==== DATA SUPPLIED ====

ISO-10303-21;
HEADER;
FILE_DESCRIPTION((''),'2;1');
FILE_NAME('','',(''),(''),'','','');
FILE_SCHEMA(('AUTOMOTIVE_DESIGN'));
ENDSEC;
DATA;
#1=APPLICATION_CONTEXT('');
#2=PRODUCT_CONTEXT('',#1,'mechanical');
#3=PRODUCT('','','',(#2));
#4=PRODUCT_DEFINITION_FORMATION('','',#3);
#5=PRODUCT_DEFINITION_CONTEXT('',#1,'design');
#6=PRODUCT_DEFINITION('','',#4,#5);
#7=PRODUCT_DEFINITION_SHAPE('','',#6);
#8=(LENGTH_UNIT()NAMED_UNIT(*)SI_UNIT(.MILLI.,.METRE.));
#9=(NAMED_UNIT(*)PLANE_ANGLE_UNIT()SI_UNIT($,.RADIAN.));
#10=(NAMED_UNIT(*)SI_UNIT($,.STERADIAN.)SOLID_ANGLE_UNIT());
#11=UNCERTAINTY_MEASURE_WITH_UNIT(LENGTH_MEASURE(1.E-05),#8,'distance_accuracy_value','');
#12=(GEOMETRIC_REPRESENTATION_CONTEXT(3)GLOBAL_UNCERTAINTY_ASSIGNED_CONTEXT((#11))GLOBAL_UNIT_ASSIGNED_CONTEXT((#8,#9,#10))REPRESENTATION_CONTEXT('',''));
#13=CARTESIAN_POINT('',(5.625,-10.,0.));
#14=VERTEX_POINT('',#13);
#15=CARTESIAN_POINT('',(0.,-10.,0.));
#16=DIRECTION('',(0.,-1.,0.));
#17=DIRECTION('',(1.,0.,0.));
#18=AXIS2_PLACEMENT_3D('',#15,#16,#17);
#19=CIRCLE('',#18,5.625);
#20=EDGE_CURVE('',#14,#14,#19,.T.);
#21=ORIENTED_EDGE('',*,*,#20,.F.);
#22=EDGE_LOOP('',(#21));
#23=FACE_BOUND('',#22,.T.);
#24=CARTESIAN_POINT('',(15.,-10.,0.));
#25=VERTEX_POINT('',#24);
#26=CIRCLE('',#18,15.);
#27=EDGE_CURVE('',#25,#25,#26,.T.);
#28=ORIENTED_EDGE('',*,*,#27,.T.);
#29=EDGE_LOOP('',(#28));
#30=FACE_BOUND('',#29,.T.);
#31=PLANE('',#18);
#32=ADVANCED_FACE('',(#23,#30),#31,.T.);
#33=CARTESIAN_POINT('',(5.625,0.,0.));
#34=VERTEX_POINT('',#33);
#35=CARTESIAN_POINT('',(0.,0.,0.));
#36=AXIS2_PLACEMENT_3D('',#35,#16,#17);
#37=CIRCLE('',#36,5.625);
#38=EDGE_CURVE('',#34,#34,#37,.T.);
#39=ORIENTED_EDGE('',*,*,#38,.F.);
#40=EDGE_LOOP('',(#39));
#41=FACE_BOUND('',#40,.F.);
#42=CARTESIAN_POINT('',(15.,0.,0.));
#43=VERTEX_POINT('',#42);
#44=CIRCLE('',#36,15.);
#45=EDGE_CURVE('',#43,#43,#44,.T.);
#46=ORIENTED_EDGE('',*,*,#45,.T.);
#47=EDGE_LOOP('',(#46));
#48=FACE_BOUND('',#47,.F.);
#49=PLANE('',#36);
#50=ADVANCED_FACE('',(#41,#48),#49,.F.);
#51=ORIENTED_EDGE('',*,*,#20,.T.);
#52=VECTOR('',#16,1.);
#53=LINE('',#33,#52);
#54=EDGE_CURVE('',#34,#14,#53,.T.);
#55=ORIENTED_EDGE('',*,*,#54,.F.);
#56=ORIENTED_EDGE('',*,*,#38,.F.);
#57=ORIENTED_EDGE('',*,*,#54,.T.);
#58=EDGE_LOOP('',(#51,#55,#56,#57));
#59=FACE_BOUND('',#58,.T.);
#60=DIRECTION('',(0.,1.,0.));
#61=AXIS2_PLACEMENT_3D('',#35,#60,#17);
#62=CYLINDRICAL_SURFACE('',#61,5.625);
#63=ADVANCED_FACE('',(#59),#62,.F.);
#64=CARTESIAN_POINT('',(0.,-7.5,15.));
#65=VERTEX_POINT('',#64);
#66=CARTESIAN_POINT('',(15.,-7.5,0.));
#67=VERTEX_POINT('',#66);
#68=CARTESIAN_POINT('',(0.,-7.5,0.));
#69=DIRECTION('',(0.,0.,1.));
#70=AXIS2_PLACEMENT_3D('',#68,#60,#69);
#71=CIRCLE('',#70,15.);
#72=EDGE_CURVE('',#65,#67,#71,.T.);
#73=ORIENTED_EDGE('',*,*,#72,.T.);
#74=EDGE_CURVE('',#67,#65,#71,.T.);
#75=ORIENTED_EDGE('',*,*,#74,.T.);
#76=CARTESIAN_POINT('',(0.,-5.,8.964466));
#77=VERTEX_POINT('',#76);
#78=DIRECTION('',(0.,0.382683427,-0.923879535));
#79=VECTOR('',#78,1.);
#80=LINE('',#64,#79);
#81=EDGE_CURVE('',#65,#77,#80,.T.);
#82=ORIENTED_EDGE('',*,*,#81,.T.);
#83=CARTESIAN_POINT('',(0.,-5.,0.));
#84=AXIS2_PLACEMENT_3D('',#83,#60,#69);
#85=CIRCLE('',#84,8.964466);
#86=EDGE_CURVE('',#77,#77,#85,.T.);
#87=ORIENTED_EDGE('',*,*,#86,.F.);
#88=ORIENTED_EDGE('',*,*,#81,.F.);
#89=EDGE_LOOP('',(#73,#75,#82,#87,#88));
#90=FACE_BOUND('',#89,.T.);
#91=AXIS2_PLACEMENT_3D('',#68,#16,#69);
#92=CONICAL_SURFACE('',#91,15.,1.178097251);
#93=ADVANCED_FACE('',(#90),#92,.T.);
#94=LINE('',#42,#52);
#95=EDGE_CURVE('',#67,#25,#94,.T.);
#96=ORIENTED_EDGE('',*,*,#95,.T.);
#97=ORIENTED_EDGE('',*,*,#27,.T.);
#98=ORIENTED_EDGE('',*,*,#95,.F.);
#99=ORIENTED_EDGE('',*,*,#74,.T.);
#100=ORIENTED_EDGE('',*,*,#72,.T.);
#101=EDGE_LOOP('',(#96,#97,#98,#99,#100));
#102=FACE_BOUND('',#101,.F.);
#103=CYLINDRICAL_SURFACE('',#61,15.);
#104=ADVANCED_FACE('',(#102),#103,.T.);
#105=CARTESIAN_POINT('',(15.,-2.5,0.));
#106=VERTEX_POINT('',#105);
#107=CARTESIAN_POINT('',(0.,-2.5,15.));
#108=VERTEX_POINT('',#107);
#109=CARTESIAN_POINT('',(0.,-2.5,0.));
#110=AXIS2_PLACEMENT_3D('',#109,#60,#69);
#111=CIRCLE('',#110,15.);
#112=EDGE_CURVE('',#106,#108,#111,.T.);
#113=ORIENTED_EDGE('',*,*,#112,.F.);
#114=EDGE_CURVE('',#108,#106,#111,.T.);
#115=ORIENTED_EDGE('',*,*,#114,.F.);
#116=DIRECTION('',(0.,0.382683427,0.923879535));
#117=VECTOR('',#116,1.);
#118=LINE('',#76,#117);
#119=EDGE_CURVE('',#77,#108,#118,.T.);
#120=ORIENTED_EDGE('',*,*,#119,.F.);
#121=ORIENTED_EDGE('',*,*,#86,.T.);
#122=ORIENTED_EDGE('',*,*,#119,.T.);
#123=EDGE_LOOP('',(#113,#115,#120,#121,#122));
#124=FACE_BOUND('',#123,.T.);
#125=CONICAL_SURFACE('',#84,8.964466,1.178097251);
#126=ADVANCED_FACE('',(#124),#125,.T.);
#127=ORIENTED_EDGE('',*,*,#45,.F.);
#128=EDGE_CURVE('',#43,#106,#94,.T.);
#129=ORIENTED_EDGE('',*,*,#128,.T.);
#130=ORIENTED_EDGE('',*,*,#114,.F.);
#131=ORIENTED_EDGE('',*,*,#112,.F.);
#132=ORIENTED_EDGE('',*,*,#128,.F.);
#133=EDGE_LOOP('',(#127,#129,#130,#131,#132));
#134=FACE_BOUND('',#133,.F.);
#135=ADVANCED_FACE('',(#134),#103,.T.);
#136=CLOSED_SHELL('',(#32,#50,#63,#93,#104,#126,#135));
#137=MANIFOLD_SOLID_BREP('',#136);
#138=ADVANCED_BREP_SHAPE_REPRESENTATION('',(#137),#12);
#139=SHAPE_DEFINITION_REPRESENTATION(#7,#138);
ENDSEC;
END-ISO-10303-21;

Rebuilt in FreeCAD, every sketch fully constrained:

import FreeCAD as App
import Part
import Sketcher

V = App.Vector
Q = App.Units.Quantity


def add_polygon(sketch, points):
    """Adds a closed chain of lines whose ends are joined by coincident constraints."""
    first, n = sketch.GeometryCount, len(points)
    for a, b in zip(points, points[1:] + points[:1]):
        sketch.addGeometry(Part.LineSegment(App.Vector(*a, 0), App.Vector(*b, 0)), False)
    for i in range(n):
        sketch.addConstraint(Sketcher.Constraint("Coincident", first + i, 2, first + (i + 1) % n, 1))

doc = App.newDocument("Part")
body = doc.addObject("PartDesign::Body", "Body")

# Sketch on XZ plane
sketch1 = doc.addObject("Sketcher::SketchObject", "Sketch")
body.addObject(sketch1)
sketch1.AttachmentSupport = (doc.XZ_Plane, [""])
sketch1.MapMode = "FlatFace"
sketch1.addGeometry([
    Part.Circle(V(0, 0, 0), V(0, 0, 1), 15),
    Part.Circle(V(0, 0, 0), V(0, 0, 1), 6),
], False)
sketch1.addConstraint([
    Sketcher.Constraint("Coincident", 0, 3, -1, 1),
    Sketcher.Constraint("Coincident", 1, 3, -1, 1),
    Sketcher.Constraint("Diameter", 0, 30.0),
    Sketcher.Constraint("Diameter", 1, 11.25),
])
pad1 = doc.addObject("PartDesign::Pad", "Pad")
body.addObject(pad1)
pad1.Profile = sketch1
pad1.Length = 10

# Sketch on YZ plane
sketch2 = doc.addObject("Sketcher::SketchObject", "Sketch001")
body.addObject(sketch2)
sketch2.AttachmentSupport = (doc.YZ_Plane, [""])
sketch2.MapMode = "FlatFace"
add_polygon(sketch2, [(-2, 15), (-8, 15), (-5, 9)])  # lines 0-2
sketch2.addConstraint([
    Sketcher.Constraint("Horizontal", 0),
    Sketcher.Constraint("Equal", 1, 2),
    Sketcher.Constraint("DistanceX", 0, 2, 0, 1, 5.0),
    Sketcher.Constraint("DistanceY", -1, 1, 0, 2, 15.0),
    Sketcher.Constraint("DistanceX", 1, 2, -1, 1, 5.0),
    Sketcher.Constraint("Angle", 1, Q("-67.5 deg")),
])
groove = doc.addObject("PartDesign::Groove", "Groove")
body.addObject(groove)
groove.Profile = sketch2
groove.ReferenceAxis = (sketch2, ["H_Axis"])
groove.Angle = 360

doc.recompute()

====

**WHAT YOU HAVE TO DO:**
All that should be written out is the stretch of lines above between the one holding "#19=CIRCLE('',#18,5.625);" and the one holding "#32=ADVANCED_FACE('',(#23,#30),#31,.T.);", inclusive, exactly as given.

**WRITTEN RESPONSE:**
#19=CIRCLE('',#18,5.625);
#20=EDGE_CURVE('',#14,#14,#19,.T.);
#21=ORIENTED_EDGE('',*,*,#20,.F.);
#22=EDGE_LOOP('',(#21));
#23=FACE_BOUND('',#22,.T.);
#24=CARTESIAN_POINT('',(15.,-10.,0.));
#25=VERTEX_POINT('',#24);
#26=CIRCLE('',#18,15.);
#27=EDGE_CURVE('',#25,#25,#26,.T.);
#28=ORIENTED_EDGE('',*,*,#27,.T.);
#29=EDGE_LOOP('',(#28));
#30=FACE_BOUND('',#29,.T.);
#31=PLANE('',#18);
#32=ADVANCED_FACE('',(#23,#30),#31,.T.);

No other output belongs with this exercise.